The MRN will be allocated to the vessels by Nigerian Shippers’ Council irrespective of the origin of the vessel of cargoes.

 The Executive Secretary of the Nigerian Shippers Council, Barr. Hassan Bello had then disclosed that the CTN would be reintroduced to help curb importation of arms and ammunition into the country.

He said, “The Cargo Tracking Note would soon be reintroduced at a very negligible cost. CTN is a security thing because when we have it, there won’t be smuggling of firearms and all other contrabands.

” Smuggling of contraband won’t happen because everything coming in will be tracked, we will know the weight of the cargo, values and materials used.”

Bello stated further that the CTN would also help the Standards Organisation of Nigeria (SON) and National Agency for Food Drugs Administration and Control (NAFDAC) to fight substandard products and fake drugs respectively.

 “SON and NAFDAC will benefit by knowing whether products being imported are fake or not.

“I am calling on all the port stakeholders such as manufacturers, shippers and the rest to support this. That is why the Nigerian Shippers Council wants to develop the port community system because what the port needs is unity.

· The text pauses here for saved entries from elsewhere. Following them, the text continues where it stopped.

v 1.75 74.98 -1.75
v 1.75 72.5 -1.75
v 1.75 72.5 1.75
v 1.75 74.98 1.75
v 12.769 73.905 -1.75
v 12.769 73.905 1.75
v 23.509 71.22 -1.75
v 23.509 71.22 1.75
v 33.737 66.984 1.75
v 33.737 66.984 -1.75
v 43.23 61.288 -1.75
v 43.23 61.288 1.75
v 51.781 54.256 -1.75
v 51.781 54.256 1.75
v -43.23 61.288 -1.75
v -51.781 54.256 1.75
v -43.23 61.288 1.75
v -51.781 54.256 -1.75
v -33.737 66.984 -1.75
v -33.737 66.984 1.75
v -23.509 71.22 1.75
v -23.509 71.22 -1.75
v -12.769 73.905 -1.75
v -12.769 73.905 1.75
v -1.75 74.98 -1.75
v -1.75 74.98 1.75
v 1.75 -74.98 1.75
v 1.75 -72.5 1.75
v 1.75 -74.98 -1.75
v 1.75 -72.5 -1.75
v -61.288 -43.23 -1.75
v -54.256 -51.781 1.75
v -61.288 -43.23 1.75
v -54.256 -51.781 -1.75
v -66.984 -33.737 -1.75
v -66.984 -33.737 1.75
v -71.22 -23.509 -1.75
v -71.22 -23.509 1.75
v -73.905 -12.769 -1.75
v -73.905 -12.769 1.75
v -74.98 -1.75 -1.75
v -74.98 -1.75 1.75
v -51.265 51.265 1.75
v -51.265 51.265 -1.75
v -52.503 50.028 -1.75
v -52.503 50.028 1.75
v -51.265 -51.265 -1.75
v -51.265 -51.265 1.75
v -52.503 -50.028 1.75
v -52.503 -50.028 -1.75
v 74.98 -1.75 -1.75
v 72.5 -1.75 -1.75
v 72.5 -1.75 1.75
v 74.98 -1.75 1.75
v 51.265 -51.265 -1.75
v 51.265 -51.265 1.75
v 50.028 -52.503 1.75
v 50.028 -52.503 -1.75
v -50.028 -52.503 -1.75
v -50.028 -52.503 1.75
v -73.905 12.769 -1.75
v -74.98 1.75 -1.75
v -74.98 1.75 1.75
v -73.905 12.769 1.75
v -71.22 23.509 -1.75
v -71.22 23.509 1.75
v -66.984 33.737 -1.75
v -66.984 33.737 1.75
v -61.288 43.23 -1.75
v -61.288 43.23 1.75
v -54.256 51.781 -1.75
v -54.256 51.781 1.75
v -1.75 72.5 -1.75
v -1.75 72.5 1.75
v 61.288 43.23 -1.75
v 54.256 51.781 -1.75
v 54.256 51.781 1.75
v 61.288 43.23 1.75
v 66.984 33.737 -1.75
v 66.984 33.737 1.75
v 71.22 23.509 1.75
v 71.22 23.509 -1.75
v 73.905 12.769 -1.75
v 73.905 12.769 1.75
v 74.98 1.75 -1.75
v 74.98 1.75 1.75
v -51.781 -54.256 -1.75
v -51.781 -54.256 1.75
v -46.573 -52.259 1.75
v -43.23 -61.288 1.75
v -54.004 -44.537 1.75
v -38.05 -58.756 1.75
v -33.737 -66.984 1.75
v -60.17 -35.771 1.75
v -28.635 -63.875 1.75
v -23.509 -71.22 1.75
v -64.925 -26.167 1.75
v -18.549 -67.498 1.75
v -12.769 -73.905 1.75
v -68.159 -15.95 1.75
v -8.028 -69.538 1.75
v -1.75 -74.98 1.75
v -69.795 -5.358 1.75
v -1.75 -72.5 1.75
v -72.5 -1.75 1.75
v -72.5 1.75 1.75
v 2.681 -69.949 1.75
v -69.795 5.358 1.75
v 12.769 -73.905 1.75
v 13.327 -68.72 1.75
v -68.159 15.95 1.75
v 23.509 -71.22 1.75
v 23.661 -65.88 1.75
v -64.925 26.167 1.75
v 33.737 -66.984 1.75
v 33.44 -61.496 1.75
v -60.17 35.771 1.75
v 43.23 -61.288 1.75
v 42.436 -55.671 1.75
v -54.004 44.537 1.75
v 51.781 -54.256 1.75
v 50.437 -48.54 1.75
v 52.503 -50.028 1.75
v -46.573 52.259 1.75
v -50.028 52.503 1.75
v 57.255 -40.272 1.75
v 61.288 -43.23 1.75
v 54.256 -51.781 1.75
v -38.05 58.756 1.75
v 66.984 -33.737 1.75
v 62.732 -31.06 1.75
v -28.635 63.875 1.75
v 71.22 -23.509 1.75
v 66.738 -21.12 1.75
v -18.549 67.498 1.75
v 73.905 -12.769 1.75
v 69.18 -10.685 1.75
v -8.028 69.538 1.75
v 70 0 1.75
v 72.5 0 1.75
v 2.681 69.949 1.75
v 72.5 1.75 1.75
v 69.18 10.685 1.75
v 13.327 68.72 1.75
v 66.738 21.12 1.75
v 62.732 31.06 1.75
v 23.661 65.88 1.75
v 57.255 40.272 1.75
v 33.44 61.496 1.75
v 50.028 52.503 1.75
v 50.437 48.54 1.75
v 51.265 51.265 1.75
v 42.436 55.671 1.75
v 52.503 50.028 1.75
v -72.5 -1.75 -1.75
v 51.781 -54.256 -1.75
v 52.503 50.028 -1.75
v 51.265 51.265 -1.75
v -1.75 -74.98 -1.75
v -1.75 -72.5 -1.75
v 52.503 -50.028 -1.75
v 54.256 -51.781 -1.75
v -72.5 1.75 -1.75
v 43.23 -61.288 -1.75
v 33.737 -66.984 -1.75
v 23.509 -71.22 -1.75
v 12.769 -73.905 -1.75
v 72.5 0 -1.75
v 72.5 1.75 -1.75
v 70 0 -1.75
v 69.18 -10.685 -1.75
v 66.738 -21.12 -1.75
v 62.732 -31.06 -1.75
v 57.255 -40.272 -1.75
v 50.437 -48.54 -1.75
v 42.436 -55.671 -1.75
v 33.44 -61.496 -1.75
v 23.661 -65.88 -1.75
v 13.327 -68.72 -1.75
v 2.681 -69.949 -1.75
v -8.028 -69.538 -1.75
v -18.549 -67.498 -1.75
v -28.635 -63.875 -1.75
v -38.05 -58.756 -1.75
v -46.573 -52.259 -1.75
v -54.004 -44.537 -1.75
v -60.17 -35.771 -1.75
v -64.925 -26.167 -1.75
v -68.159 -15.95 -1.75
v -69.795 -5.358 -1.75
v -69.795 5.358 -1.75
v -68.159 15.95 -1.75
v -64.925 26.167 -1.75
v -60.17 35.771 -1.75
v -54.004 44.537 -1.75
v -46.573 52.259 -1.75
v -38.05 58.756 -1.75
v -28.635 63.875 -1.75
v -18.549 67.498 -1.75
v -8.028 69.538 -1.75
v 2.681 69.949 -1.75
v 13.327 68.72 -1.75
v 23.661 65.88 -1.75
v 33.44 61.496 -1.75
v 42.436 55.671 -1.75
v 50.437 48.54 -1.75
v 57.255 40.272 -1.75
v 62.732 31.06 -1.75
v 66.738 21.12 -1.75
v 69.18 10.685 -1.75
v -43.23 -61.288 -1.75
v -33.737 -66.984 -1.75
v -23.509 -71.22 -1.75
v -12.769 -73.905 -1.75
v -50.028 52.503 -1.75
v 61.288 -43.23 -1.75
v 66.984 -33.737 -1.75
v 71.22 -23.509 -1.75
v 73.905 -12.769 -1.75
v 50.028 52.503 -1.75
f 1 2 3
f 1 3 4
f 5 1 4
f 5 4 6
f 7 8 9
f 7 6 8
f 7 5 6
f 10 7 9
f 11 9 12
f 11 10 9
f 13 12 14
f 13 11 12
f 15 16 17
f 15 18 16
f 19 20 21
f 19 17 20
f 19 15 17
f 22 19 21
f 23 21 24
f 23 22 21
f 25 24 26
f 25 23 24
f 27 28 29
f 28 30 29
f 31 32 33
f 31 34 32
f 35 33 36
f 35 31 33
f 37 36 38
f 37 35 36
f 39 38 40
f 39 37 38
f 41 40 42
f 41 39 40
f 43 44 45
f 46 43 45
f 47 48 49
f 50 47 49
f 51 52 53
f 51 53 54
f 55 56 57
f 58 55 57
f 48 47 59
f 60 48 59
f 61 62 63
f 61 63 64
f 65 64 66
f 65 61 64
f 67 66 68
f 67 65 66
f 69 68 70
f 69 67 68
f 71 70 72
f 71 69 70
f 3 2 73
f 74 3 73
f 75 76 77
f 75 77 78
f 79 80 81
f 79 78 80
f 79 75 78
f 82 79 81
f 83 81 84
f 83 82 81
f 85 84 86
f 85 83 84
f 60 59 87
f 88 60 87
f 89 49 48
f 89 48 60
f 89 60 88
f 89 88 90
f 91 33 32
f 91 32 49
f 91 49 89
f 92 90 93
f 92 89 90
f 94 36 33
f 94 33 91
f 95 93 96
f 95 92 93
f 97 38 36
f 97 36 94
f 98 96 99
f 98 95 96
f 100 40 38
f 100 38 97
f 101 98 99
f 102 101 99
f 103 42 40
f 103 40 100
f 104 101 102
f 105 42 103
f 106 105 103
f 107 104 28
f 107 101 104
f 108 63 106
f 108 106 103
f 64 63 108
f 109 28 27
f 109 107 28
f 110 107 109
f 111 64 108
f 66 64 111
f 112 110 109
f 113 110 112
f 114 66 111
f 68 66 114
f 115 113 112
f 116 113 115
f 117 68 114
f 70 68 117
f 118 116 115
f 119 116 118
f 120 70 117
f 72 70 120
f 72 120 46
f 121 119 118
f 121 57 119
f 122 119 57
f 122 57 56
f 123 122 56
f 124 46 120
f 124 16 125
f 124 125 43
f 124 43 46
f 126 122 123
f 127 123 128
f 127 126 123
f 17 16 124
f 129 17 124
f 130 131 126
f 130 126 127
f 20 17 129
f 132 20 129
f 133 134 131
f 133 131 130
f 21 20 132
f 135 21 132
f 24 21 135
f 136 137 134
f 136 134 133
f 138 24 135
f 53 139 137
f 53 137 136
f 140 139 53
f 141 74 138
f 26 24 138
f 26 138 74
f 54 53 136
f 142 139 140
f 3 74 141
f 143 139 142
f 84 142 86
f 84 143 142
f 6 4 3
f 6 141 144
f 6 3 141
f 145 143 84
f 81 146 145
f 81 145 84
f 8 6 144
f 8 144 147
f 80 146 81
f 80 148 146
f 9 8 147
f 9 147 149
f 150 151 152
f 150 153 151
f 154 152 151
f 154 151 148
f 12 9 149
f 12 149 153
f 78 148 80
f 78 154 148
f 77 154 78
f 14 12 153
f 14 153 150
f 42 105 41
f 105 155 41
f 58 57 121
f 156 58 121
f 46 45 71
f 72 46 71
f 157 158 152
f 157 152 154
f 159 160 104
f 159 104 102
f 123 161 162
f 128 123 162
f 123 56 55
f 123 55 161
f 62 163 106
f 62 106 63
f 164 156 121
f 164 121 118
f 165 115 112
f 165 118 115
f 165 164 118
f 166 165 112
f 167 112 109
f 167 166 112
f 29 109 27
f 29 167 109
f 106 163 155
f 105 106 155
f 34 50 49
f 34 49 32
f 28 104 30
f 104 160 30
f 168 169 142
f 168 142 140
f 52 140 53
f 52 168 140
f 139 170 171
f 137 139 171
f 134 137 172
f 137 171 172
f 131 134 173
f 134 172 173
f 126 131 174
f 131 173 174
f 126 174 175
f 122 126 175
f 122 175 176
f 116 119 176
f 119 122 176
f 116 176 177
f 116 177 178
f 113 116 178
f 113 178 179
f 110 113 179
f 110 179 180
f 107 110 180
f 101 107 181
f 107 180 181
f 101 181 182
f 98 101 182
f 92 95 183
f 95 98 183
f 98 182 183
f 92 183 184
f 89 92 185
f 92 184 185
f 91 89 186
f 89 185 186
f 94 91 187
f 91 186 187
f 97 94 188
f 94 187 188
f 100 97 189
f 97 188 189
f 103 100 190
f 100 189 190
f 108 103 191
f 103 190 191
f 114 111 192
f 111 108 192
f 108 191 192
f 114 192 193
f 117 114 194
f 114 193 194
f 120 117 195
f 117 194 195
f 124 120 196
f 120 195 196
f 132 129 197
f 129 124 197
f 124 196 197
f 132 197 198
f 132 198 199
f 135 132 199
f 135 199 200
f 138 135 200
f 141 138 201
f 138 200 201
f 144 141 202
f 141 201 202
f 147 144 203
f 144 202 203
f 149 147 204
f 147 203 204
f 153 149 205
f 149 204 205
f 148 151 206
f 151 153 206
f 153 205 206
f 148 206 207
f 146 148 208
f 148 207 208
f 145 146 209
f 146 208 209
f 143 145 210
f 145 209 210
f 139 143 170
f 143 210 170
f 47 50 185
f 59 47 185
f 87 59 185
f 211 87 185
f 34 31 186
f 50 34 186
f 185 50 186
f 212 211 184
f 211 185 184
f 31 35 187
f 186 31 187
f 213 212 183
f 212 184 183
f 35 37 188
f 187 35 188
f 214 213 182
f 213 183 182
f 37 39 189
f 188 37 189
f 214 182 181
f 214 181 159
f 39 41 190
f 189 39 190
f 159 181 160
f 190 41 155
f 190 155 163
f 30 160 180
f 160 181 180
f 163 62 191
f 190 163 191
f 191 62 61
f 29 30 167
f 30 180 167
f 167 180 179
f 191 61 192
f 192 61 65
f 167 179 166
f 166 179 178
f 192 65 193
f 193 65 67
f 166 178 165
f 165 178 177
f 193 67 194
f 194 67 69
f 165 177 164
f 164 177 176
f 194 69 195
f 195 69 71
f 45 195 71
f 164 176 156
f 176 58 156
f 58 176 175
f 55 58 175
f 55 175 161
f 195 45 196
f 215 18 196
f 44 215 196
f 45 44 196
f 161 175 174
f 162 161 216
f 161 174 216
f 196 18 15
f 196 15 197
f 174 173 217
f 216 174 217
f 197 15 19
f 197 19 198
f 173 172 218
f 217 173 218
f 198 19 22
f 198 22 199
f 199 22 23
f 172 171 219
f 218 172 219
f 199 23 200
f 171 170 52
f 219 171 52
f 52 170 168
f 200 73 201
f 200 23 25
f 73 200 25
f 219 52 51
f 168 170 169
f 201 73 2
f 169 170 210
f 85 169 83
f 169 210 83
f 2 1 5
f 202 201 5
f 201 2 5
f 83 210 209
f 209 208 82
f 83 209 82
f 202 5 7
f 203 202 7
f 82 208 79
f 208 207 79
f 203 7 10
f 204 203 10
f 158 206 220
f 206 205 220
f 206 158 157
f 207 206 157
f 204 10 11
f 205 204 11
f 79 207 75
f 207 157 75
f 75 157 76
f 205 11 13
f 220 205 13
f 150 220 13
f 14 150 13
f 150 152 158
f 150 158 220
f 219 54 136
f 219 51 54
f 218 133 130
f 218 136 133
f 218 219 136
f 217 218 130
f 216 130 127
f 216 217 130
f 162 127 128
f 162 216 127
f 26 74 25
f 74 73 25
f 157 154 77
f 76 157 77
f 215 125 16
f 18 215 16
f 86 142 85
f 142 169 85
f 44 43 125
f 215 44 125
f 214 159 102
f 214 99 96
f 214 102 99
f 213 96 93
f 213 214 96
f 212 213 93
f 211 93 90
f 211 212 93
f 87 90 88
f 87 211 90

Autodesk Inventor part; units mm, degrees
ref_plane "YZ Plane" through (0, 0, 0) normal (1, 0, 0) x (0, 1, 0)
ref_plane "XZ Plane" through (0, 0, 0) normal (0, 1, 0) x (-1, 0, 0)
ref_plane "XY Plane" through (0, 0, 0) normal (0, 0, 1) x (1, 0, 0)
sketch "Sketch1" plane through (0, 0, 0) normal (0, 0, 1) x (1, 0, 0)
  circle A0 centre (0, 0) radius 70
  circle A1 centre (0, 0) radius 75
  line L0 (72.5, 1.75) -> (75, 1.75)
  line L1 (75, 1.75) -> (75, 0)
  line L2 (75, 0) -> (72.5, 0)
  line L3 (72.5, 0) -> (72.5, 1.75)
  line L4 (70, 0) -> (75, 0)
  line L5 (72.5, -1.75) -> (75, -1.75)
  line L6 (75, -1.75) -> (75, 0)
  line L7 (72.5, 0) -> (72.5, -1.75)
  line L8 (51.2652, 51.2652) -> (50.0278, 52.5027)
  line L9 (50.0278, 52.5027) -> (51.7956, 54.2704)
  line L10 (52.5027, 50.0278) -> (54.2704, 51.7956)
  line L11 (51.2652, 51.2652) -> (52.5027, 50.0278)
  line L12 (54.2704, 51.7956) -> (53.033, 53.033)
  line L13 (51.7956, 54.2704) -> (53.033, 53.033)
  line L14 (0, 72.5) -> (-1.75, 72.5)
  line L15 (-1.75, 72.5) -> (-1.75, 75)
  line L16 (1.75, 72.5) -> (1.75, 75)
  line L17 (0, 72.5) -> (1.75, 72.5)
  line L18 (1.75, 75) -> (0, 75)
  line L19 (-1.75, 75) -> (0, 75)
  line L20 (-51.2652, 51.2652) -> (-52.5027, 50.0278)
  line L21 (-52.5027, 50.0278) -> (-54.2704, 51.7956)
  line L22 (-50.0278, 52.5027) -> (-51.7956, 54.2704)
  line L23 (-51.2652, 51.2652) -> (-50.0278, 52.5027)
  line L24 (-51.7956, 54.2704) -> (-53.033, 53.033)
  line L25 (-54.2704, 51.7956) -> (-53.033, 53.033)
  line L26 (-72.5, 0) -> (-72.5, -1.75)
  line L27 (-72.5, -1.75) -> (-75, -1.75)
  line L28 (-72.5, 1.75) -> (-75, 1.75)
  line L29 (-72.5, 0) -> (-72.5, 1.75)
  line L30 (-75, 1.75) -> (-75, 0)
  line L31 (-75, -1.75) -> (-75, 0)
  line L32 (-51.2652, -51.2652) -> (-50.0278, -52.5027)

” There is need for everyone to come together on a platform to know what the other is doing. It is good for data collection for planning and for you to know your customers,” said Bello.
But the desire of the Shippers’Council to reintroduce the controvesial CTN was not to be at that period as it  was again aborted as stakeholders effectively shut down the move despite the efforts of the council to convince them.
But the country may once again have a shot at the CTN few years after  it was shot down by the sceptical stakeholders.
Following the resurgence of insecurity in the country which has assumed a verocious dimension, the Federal government has asked the Nigerian Shippers’Council to resuscitate the move to reintroduce the controvesial CTN to track all imports in order to identify and curtail importation of arms and ammunitions into the country through the ports.